BEGIN Dataset records

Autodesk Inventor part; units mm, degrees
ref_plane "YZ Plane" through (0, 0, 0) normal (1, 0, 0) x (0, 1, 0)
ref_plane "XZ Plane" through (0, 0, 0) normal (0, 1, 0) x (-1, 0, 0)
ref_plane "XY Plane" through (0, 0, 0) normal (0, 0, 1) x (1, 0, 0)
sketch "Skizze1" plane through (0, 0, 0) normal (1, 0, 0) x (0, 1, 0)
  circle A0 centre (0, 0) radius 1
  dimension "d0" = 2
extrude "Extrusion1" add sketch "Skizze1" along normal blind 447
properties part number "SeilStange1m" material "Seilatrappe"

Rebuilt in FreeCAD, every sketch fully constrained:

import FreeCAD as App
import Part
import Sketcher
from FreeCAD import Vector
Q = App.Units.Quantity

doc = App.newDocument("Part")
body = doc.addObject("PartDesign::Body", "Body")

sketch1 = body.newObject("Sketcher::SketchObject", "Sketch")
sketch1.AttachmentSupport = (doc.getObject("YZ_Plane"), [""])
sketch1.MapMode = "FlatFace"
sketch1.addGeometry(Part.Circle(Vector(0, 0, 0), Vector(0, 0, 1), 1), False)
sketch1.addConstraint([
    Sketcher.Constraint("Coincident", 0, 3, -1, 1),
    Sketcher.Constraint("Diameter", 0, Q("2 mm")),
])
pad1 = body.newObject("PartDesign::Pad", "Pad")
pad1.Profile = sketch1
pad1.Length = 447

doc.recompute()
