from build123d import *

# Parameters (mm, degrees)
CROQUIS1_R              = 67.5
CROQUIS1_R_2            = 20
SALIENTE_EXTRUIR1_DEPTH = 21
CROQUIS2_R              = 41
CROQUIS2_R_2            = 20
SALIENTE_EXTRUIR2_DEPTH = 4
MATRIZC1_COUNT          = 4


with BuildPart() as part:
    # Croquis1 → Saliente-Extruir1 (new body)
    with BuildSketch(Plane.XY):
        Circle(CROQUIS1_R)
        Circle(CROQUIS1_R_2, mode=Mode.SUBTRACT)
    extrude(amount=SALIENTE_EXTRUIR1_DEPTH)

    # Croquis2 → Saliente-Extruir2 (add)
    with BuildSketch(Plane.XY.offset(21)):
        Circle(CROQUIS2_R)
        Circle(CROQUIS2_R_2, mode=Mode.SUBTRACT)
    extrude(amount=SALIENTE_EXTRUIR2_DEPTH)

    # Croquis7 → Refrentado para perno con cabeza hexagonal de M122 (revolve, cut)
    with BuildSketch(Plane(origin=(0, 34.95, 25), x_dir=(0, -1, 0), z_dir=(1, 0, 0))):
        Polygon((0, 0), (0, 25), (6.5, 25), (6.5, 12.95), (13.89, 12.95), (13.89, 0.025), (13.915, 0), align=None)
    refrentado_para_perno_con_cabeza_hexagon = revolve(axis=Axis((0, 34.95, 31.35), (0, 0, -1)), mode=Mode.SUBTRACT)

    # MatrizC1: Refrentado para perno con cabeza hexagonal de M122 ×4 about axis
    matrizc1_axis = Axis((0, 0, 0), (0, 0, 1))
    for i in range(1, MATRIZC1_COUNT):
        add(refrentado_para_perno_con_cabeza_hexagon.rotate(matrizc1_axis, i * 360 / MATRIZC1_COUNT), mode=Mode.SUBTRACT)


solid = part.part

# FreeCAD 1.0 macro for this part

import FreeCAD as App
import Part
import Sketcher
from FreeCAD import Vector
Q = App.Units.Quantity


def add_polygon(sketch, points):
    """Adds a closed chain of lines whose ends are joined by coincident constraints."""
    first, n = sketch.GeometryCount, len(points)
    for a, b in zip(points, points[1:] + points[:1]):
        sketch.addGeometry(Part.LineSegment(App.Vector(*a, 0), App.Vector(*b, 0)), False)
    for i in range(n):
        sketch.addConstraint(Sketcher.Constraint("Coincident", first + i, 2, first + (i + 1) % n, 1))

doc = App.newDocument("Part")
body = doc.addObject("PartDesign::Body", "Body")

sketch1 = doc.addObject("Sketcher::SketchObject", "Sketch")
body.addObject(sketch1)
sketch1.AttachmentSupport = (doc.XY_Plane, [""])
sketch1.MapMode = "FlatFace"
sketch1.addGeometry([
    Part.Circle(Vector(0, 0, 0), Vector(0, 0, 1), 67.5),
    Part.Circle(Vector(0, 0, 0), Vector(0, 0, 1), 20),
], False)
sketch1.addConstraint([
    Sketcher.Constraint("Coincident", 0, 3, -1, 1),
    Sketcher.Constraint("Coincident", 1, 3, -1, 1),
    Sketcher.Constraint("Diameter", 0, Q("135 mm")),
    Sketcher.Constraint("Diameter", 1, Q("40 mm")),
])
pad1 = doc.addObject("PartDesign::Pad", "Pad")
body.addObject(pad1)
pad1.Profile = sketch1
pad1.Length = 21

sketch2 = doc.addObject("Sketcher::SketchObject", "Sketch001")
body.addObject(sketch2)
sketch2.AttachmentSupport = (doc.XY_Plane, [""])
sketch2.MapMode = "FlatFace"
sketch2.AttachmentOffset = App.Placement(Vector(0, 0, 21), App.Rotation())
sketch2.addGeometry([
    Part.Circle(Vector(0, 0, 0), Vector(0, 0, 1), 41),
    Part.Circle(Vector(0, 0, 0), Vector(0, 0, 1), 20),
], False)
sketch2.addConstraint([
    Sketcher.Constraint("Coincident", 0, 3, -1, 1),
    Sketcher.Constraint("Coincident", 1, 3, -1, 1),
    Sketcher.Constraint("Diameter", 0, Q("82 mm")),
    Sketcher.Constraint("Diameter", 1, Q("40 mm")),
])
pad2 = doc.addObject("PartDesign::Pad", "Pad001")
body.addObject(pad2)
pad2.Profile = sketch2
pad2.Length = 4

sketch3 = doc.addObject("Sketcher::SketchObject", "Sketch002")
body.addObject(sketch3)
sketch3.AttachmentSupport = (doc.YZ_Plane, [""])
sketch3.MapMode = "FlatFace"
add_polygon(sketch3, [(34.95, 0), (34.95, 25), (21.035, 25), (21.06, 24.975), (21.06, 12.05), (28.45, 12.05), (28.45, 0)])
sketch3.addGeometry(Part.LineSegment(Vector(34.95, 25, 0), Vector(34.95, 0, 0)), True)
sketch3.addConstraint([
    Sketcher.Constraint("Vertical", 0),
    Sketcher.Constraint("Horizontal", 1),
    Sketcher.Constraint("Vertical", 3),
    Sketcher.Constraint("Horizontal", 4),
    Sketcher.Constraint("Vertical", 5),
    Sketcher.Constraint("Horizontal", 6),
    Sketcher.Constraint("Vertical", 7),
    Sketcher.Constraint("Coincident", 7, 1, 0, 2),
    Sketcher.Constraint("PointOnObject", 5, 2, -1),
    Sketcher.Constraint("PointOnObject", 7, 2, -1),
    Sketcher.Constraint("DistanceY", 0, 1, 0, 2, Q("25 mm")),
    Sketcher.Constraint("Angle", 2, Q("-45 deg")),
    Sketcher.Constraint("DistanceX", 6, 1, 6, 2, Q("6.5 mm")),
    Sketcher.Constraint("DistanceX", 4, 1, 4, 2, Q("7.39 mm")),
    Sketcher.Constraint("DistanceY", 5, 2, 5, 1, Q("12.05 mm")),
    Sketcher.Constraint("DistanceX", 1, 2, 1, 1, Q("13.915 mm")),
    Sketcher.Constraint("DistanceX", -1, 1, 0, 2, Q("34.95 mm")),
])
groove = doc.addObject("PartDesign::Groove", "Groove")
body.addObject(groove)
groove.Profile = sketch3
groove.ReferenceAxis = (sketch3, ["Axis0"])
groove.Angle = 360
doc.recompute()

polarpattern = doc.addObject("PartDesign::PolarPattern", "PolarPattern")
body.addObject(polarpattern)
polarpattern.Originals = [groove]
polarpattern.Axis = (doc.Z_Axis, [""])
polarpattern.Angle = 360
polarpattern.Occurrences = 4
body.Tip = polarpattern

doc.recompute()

END Dataset records

--- Work order ---
The answer is the records above restated word for word from their opening line through the line that holds "extrude(amount=SALIENTE_EXTRUIR1_DEPTH)", both included, and nothing else.

--- Solution to this problem ---
Autodesk Inventor part; units mm, degrees
ref_plane "YZ Plane" through (0, 0, 0) normal (1, 0, 0) x (0, 1, 0)
ref_plane "XZ Plane" through (0, 0, 0) normal (0, 1, 0) x (-1, 0, 0)
ref_plane "XY Plane" through (0, 0, 0) normal (0, 0, 1) x (1, 0, 0)
sketch "Skizze1" plane through (0, 0, 0) normal (1, 0, 0) x (0, 1, 0)
  circle A0 centre (0, 0) radius 1
  dimension "d0" = 2
extrude "Extrusion1" add sketch "Skizze1" along normal blind 447
properties part number "SeilStange1m" material "Seilatrappe"

Rebuilt in FreeCAD, every sketch fully constrained:

import FreeCAD as App
import Part
import Sketcher
from FreeCAD import Vector
Q = App.Units.Quantity

doc = App.newDocument("Part")
body = doc.addObject("PartDesign::Body", "Body")

sketch1 = body.newObject("Sketcher::SketchObject", "Sketch")
sketch1.AttachmentSupport = (doc.getObject("YZ_Plane"), [""])
sketch1.MapMode = "FlatFace"
sketch1.addGeometry(Part.Circle(Vector(0, 0, 0), Vector(0, 0, 1), 1), False)
sketch1.addConstraint([
    Sketcher.Constraint("Coincident", 0, 3, -1, 1),
    Sketcher.Constraint("Diameter", 0, Q("2 mm")),
])
pad1 = body.newObject("PartDesign::Pad", "Pad")
pad1.Profile = sketch1
pad1.Length = 447

doc.recompute()
from build123d import *

# Parameters (mm, degrees)
CROQUIS1_R              = 67.5
CROQUIS1_R_2            = 20
SALIENTE_EXTRUIR1_DEPTH = 21
CROQUIS2_R              = 41
CROQUIS2_R_2            = 20
SALIENTE_EXTRUIR2_DEPTH = 4
MATRIZC1_COUNT          = 4


with BuildPart() as part:
    # Croquis1 → Saliente-Extruir1 (new body)
    with BuildSketch(Plane.XY):
        Circle(CROQUIS1_R)
        Circle(CROQUIS1_R_2, mode=Mode.SUBTRACT)
    extrude(amount=SALIENTE_EXTRUIR1_DEPTH)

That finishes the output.